What do the lines say, reproduced word for word, from the first of the entries below through the line bearing "v 19.586 -76.2 -19.029"?

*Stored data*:

<<<<

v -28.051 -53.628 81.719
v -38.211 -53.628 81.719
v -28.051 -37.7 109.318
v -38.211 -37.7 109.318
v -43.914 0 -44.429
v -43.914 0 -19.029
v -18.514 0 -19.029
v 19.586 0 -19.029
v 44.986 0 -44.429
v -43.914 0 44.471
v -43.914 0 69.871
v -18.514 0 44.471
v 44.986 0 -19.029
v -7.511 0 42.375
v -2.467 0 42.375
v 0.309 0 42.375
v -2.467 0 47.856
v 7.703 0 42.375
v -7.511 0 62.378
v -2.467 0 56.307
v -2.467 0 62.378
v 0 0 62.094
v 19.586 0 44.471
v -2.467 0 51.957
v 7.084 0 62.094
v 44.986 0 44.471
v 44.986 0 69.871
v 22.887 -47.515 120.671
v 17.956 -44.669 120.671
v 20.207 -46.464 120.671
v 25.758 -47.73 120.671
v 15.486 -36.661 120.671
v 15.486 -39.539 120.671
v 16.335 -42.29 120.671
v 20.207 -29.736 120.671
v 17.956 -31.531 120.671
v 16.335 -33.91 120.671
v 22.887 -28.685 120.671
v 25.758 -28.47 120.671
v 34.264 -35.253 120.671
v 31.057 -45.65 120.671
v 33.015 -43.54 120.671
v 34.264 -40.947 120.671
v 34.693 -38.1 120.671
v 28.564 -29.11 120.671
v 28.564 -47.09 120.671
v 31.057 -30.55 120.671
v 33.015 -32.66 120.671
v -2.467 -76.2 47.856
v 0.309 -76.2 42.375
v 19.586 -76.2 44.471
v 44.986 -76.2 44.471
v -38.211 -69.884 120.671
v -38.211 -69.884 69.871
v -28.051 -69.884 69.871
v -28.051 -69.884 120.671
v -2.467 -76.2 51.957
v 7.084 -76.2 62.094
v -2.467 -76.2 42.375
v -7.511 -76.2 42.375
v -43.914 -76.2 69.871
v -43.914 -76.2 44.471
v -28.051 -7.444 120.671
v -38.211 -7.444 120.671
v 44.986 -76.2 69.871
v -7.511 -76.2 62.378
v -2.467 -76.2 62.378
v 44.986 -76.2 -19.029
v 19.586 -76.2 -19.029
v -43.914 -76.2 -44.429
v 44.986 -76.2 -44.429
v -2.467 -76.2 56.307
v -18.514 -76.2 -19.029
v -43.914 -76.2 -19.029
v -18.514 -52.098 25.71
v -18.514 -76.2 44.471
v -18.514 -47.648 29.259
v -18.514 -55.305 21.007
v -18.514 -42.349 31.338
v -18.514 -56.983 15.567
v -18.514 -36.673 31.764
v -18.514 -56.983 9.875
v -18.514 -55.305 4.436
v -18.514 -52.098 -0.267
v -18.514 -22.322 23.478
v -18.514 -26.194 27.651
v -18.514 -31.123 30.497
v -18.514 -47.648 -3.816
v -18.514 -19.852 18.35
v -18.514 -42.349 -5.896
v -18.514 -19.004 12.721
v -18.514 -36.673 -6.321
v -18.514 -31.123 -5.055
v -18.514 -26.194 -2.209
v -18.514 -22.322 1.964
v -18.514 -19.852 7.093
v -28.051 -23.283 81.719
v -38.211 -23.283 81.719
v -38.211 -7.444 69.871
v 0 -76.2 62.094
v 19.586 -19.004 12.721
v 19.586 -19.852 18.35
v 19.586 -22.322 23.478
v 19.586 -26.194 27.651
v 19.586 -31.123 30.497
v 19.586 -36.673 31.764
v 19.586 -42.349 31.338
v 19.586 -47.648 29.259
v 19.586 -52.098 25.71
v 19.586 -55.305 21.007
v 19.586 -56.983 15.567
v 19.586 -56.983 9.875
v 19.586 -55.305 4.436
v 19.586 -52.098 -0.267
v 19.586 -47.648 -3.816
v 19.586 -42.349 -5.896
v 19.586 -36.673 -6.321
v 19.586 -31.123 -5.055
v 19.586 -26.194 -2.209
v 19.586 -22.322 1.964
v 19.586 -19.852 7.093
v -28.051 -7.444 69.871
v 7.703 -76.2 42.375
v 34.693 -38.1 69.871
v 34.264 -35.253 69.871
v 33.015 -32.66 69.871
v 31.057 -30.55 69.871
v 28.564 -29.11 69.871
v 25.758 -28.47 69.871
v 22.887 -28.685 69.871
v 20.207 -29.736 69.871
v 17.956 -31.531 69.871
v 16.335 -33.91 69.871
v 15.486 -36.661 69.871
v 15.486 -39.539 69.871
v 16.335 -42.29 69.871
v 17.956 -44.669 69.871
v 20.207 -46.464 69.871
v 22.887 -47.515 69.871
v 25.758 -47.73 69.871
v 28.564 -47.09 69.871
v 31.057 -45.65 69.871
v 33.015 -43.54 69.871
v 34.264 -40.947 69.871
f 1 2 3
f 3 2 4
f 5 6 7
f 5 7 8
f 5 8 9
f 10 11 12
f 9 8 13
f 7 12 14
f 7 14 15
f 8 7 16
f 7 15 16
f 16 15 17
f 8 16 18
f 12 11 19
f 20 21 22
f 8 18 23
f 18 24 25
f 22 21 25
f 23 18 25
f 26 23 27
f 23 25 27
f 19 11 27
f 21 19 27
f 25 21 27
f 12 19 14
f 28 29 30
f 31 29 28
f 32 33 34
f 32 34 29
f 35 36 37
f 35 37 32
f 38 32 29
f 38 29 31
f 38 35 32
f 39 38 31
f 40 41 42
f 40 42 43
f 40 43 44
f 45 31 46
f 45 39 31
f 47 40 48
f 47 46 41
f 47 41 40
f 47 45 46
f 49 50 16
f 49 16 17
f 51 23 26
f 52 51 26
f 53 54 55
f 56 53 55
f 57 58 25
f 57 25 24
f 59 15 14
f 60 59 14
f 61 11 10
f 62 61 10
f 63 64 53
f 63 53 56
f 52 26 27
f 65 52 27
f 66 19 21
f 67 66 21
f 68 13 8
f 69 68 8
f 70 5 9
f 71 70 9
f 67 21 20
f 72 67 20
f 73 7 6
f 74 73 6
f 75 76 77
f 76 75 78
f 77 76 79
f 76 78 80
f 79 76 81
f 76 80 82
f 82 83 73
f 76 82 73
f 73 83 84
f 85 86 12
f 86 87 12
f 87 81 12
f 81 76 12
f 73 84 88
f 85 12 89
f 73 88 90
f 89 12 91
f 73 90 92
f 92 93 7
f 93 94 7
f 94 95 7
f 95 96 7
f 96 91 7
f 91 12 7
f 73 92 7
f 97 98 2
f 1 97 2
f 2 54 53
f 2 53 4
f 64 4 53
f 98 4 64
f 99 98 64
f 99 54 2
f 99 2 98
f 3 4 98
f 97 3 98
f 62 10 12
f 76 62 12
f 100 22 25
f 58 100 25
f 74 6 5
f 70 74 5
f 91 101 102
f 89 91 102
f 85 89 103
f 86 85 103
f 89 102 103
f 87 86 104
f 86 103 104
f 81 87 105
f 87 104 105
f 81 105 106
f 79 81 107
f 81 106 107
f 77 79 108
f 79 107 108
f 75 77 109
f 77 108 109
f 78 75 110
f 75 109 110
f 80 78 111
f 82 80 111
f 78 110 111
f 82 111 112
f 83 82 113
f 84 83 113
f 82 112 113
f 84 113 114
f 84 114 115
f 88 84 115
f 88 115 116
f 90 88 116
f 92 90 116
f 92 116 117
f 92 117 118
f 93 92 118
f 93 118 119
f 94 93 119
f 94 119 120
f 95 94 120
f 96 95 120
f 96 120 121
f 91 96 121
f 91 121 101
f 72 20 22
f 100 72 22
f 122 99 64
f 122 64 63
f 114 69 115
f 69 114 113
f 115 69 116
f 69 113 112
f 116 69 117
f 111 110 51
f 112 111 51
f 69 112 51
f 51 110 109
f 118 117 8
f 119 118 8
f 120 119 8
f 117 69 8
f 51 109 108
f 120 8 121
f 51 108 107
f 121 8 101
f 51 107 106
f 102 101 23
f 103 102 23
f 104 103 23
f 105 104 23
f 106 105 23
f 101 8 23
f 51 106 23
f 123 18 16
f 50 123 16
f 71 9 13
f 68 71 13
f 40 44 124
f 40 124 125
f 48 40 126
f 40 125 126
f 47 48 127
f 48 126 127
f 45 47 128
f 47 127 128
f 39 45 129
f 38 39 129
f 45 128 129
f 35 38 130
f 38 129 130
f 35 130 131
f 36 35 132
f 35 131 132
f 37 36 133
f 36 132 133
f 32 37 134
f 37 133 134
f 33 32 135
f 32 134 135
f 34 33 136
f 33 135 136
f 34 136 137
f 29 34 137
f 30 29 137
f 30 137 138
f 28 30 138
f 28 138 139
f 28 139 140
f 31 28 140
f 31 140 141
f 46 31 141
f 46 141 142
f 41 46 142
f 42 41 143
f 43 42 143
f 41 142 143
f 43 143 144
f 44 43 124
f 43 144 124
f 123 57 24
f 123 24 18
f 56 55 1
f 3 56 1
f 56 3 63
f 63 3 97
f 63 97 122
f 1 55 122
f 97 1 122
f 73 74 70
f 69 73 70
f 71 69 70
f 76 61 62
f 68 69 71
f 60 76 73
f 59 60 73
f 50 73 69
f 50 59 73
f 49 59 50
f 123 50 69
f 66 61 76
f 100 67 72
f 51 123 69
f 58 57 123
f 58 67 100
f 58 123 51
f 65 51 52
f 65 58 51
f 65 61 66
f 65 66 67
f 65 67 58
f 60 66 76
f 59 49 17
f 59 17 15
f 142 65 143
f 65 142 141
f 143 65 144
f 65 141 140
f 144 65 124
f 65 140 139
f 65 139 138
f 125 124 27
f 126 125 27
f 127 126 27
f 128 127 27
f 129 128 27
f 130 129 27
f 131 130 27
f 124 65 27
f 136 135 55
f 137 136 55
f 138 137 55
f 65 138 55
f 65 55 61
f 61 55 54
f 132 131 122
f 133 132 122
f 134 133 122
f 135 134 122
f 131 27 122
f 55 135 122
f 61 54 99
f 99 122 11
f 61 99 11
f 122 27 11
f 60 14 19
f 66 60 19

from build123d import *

# Parameters (mm, degrees)
F1_DEPTH  = 76.2
F2_R      = 19.096035609
F3_DEPTH  = 47.498
F4_W      = 10.16
F4_H      = 62.4394440092
F5_DEPTH  = 50.8
F7_DEPTH  = 25.4
F9_DEPTH  = 96.52
F10_R     = 9.6573764136
F11_DEPTH = 50.8


# Not quite as in the source:
# - a feature names something its author has since deleted; it is built from what else it names


with BuildPart() as f1:
    # F0 (on Front) → F1 (new body)
    with BuildSketch(Plane.XZ):
        Polygon((-43.9144560635, -19.0287967878), (-43.9144560635, -44.4287967878), (44.9855439365, -44.4287967878), (44.9855439365, -19.0287967878), (19.5855439365, -19.0287967878), (19.5855439365, 44.4712032122), (44.9855439365, 44.4712032122), (44.9855439365, 69.8712032122), (-43.9144560635, 69.8712032122), (-43.9144560635, 44.4712032122), (-18.5144560635, 44.4712032122), (-18.5144560635, -19.0287967878), align=None)
    extrude(amount=F1_DEPTH)

    # F2 (on face) → F3 (cut)
    with BuildSketch(Plane.YZ.offset(19.5855439365)):
        with Locations((-38.1, 12.7212032122)):
            Circle(F2_R)
    extrude(amount=-F3_DEPTH, mode=Mode.SUBTRACT)

    # F4 (on face) → F5 (join)
    with BuildSketch(Plane.XY.offset(69.8712032122)):
        with Locations((-33.1311938035, -38.6642131489)):
            Rectangle(F4_W, F4_H)
    extrude(amount=F5_DEPTH)

    # F6 (on face) → F7 (cut)
    with BuildSketch(Plane(origin=(-38.2111938035, 0, 0), x_dir=(0, -1, 0), z_dir=(-1, 0, 0))):
        Polygon((53.6283701658, 81.7187428474), (37.7003215253, 109.3182116747), (23.2826862484, 81.7187428474), align=None)
    extrude(amount=-F7_DEPTH, mode=Mode.SUBTRACT)

    # F8 (on face) → F9 (cut)
    with BuildSketch(Plane(origin=(0, 0, 0), x_dir=(-1, 0, 0), z_dir=(0, 1, 0))):
        Polygon((7.511020638, 42.3752516508), (7.511020638, 62.378142029), (2.4668793194, 62.378142029), (2.4668793194, 56.307456918), (0, 62.0944574475), (-7.0838662127, 62.0944574475), (2.4668793194, 51.9569911986), (-7.7034849674, 42.3752516508), (-0.3085337383, 42.3752516508), (2.4668793194, 47.8559471667), (2.4668793194, 42.3752516508), align=None)
    extrude(amount=-F9_DEPTH, mode=Mode.SUBTRACT)

    # F10 (on face) → F11 (join)
    with BuildSketch(Plane.XY.offset(69.8712032122)):
        with Locations((25.0358451158, -38.1)):
            Circle(F10_R)
    extrude(amount=F11_DEPTH)


solid = f1.part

>>>>

*The answer*:
v -28.051 -53.628 81.719
v -38.211 -53.628 81.719
v -28.051 -37.7 109.318
v -38.211 -37.7 109.318
v -43.914 0 -44.429
v -43.914 0 -19.029
v -18.514 0 -19.029
v 19.586 0 -19.029
v 44.986 0 -44.429
v -43.914 0 44.471
v -43.914 0 69.871
v -18.514 0 44.471
v 44.986 0 -19.029
v -7.511 0 42.375
v -2.467 0 42.375
v 0.309 0 42.375
v -2.467 0 47.856
v 7.703 0 42.375
v -7.511 0 62.378
v -2.467 0 56.307
v -2.467 0 62.378
v 0 0 62.094
v 19.586 0 44.471
v -2.467 0 51.957
v 7.084 0 62.094
v 44.986 0 44.471
v 44.986 0 69.871
v 22.887 -47.515 120.671
v 17.956 -44.669 120.671
v 20.207 -46.464 120.671
v 25.758 -47.73 120.671
v 15.486 -36.661 120.671
v 15.486 -39.539 120.671
v 16.335 -42.29 120.671
v 20.207 -29.736 120.671
v 17.956 -31.531 120.671
v 16.335 -33.91 120.671
v 22.887 -28.685 120.671
v 25.758 -28.47 120.671
v 34.264 -35.253 120.671
v 31.057 -45.65 120.671
v 33.015 -43.54 120.671
v 34.264 -40.947 120.671
v 34.693 -38.1 120.671
v 28.564 -29.11 120.671
v 28.564 -47.09 120.671
v 31.057 -30.55 120.671
v 33.015 -32.66 120.671
v -2.467 -76.2 47.856
v 0.309 -76.2 42.375
v 19.586 -76.2 44.471
v 44.986 -76.2 44.471
v -38.211 -69.884 120.671
v -38.211 -69.884 69.871
v -28.051 -69.884 69.871
v -28.051 -69.884 120.671
v -2.467 -76.2 51.957
v 7.084 -76.2 62.094
v -2.467 -76.2 42.375
v -7.511 -76.2 42.375
v -43.914 -76.2 69.871
v -43.914 -76.2 44.471
v -28.051 -7.444 120.671
v -38.211 -7.444 120.671
v 44.986 -76.2 69.871
v -7.511 -76.2 62.378
v -2.467 -76.2 62.378
v 44.986 -76.2 -19.029
v 19.586 -76.2 -19.029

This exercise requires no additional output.